Exercise description:
Your answer should consist of the lines below that hold the word "CONE".

+---+

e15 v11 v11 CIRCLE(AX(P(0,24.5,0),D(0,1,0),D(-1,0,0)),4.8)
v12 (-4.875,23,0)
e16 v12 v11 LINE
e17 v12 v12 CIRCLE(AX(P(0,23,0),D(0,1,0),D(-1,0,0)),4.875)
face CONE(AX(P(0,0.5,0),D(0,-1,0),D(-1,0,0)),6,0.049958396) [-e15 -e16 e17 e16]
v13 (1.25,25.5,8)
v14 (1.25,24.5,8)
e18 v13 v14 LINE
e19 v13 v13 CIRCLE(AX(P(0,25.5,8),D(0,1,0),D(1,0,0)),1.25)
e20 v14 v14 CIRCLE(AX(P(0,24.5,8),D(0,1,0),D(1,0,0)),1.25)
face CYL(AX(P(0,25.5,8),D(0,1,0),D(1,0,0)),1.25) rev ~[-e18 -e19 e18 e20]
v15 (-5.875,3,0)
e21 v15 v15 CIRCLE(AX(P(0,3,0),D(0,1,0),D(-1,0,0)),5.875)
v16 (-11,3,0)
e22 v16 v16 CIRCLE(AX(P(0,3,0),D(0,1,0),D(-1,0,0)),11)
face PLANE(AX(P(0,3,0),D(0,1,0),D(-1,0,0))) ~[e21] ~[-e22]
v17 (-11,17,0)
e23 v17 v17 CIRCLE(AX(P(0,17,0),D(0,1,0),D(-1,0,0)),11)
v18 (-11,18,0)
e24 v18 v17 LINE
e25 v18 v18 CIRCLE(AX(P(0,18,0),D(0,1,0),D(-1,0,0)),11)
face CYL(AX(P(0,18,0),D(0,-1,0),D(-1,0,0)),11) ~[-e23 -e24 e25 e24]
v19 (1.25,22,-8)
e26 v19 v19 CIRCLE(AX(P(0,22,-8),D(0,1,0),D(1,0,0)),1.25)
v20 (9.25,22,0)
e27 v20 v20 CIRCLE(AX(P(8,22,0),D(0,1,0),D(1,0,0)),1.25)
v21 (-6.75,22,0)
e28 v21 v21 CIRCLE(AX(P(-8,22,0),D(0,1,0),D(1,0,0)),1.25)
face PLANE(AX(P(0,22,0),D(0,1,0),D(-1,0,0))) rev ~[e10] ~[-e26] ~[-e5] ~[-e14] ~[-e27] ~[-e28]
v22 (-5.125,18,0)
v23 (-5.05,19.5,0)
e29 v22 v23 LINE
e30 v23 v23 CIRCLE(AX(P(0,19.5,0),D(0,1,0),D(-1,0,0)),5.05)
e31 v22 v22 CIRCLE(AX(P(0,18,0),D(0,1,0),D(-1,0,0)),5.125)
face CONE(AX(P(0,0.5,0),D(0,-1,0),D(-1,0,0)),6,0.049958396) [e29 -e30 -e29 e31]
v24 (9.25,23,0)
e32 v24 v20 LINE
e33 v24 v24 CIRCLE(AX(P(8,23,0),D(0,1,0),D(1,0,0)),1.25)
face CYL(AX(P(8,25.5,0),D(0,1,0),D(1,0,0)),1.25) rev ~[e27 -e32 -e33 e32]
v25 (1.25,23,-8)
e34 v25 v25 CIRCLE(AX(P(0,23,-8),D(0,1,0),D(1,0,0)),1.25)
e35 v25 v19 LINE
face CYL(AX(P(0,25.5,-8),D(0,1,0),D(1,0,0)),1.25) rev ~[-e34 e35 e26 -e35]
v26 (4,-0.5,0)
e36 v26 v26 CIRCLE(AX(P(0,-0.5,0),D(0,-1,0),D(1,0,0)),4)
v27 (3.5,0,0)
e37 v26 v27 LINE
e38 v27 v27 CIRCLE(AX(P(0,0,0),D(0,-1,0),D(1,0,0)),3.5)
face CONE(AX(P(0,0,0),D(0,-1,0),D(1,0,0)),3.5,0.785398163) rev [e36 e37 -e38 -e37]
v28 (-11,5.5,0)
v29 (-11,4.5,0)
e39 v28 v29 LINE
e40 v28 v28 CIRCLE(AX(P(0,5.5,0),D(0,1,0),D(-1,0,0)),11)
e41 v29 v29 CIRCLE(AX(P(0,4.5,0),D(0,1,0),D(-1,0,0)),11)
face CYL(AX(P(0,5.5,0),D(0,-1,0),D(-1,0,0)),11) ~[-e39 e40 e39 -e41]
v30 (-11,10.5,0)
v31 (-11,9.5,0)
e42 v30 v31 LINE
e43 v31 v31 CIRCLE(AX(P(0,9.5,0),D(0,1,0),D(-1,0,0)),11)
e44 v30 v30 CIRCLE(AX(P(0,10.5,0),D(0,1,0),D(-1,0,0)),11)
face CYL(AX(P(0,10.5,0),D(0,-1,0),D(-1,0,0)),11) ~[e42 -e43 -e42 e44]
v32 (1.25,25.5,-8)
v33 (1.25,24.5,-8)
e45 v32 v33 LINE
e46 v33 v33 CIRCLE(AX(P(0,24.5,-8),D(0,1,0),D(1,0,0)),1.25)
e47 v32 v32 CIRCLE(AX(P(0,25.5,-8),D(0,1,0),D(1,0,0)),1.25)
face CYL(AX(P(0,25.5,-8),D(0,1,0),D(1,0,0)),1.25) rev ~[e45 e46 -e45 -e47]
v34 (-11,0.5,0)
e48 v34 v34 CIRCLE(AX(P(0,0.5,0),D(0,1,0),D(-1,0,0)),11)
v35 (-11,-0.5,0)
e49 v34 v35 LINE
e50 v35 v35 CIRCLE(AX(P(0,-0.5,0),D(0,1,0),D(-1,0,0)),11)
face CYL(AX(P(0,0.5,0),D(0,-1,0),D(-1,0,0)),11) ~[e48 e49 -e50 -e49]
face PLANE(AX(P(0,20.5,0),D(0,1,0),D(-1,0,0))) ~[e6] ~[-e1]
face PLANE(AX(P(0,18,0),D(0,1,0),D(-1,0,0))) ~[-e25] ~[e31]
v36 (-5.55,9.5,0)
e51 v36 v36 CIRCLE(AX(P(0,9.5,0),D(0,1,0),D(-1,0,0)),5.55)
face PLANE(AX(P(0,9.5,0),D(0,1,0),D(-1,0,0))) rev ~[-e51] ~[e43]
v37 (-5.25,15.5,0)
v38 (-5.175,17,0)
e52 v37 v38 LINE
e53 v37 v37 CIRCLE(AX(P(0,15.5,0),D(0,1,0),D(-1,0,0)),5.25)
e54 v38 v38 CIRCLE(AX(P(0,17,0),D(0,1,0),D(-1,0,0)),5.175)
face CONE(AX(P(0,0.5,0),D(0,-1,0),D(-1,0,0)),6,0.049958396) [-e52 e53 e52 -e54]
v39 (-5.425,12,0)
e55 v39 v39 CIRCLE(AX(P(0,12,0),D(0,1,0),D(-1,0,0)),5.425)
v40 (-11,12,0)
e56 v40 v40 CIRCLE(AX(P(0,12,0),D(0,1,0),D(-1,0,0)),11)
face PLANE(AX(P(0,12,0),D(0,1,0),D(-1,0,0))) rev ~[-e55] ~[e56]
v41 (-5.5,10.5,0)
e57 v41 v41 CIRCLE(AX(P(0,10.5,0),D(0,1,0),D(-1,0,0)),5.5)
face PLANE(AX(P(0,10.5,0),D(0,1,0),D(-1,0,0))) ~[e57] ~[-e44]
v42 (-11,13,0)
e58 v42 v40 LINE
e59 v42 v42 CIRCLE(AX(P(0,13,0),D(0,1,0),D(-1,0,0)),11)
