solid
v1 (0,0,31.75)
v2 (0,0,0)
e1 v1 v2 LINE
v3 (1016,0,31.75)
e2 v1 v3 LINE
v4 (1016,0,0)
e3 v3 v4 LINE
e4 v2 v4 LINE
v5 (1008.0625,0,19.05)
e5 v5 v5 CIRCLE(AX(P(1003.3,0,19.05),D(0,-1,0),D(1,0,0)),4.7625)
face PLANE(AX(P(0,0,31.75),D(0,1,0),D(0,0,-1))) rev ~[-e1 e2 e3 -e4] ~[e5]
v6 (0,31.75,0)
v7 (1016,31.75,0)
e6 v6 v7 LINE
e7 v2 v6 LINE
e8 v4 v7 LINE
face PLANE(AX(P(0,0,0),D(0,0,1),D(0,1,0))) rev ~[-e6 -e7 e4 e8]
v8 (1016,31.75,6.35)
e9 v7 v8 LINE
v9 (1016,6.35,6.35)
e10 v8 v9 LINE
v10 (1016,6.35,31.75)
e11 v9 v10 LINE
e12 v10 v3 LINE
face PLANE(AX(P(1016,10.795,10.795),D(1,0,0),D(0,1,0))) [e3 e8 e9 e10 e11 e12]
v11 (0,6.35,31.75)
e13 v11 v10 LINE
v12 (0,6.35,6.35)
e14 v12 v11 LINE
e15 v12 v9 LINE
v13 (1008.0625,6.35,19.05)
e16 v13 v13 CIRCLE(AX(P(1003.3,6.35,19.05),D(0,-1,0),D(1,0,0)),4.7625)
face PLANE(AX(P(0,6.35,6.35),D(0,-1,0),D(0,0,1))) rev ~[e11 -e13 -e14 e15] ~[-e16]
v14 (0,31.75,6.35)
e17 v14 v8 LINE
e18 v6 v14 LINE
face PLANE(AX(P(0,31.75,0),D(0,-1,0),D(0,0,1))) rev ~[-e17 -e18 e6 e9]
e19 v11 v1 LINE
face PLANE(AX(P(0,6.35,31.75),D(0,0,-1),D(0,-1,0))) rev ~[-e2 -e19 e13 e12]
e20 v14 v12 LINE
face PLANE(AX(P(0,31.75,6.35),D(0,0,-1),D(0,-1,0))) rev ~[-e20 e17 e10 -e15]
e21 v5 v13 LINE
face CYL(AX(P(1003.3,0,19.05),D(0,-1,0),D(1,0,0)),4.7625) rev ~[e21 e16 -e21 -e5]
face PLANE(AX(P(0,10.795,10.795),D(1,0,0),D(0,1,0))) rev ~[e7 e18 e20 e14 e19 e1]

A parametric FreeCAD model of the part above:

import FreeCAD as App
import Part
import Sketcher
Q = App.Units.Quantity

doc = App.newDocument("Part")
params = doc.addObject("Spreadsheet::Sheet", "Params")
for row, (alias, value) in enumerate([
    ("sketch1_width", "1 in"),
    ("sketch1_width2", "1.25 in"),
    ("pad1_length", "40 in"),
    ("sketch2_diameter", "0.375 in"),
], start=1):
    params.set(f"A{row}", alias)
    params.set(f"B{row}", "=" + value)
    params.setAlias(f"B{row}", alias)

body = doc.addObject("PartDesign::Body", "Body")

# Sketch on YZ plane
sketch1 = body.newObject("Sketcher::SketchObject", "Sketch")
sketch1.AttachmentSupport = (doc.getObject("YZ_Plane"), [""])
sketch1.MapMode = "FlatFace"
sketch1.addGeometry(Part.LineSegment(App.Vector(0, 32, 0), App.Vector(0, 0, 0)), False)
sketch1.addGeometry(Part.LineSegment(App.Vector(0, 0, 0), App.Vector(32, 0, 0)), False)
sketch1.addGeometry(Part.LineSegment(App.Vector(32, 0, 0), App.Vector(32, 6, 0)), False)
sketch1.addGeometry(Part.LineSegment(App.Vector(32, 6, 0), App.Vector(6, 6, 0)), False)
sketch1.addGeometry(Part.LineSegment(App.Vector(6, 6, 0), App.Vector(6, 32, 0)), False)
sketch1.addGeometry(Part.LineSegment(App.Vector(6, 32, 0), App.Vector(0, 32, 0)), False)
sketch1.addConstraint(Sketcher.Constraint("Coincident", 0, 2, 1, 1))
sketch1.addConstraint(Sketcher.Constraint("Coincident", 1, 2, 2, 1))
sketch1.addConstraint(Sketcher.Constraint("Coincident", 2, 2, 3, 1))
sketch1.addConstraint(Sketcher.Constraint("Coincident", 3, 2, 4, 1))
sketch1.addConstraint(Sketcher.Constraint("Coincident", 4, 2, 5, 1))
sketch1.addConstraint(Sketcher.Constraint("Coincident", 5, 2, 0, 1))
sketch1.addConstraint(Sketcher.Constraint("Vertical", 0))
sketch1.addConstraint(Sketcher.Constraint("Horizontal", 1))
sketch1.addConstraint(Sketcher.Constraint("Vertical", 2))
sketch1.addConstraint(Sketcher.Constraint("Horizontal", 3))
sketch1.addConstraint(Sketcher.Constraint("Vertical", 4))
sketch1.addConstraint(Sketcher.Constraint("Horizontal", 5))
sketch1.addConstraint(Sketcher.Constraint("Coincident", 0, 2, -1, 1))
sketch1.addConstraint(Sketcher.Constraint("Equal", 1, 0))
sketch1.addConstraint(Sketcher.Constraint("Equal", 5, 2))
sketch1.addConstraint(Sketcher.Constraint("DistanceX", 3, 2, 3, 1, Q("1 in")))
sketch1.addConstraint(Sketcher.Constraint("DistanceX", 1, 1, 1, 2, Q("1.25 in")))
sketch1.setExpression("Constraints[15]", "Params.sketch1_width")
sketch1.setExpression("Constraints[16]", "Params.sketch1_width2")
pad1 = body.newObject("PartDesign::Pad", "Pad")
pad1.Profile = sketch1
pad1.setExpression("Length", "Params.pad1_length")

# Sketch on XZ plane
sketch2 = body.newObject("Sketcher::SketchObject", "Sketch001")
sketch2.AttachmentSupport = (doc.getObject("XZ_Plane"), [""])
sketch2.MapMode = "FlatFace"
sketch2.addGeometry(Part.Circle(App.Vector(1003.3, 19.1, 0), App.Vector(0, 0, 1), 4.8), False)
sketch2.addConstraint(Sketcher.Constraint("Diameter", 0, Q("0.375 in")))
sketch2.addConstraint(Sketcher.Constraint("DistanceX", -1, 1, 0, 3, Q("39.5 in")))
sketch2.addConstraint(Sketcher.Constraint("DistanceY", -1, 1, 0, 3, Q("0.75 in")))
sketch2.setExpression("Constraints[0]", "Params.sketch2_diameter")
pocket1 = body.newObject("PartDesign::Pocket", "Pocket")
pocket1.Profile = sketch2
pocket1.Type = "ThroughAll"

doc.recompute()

+---+

Answer:
face CONE(AX(P(0,0.5,0),D(0,-1,0),D(-1,0,0)),6,0.049958396) [-e15 -e16 e17 e16]
face CONE(AX(P(0,0.5,0),D(0,-1,0),D(-1,0,0)),6,0.049958396) [e29 -e30 -e29 e31]
face CONE(AX(P(0,0,0),D(0,-1,0),D(1,0,0)),3.5,0.785398163) rev [e36 e37 -e38 -e37]
face CONE(AX(P(0,0.5,0),D(0,-1,0),D(-1,0,0)),6,0.049958396) [-e52 e53 e52 -e54]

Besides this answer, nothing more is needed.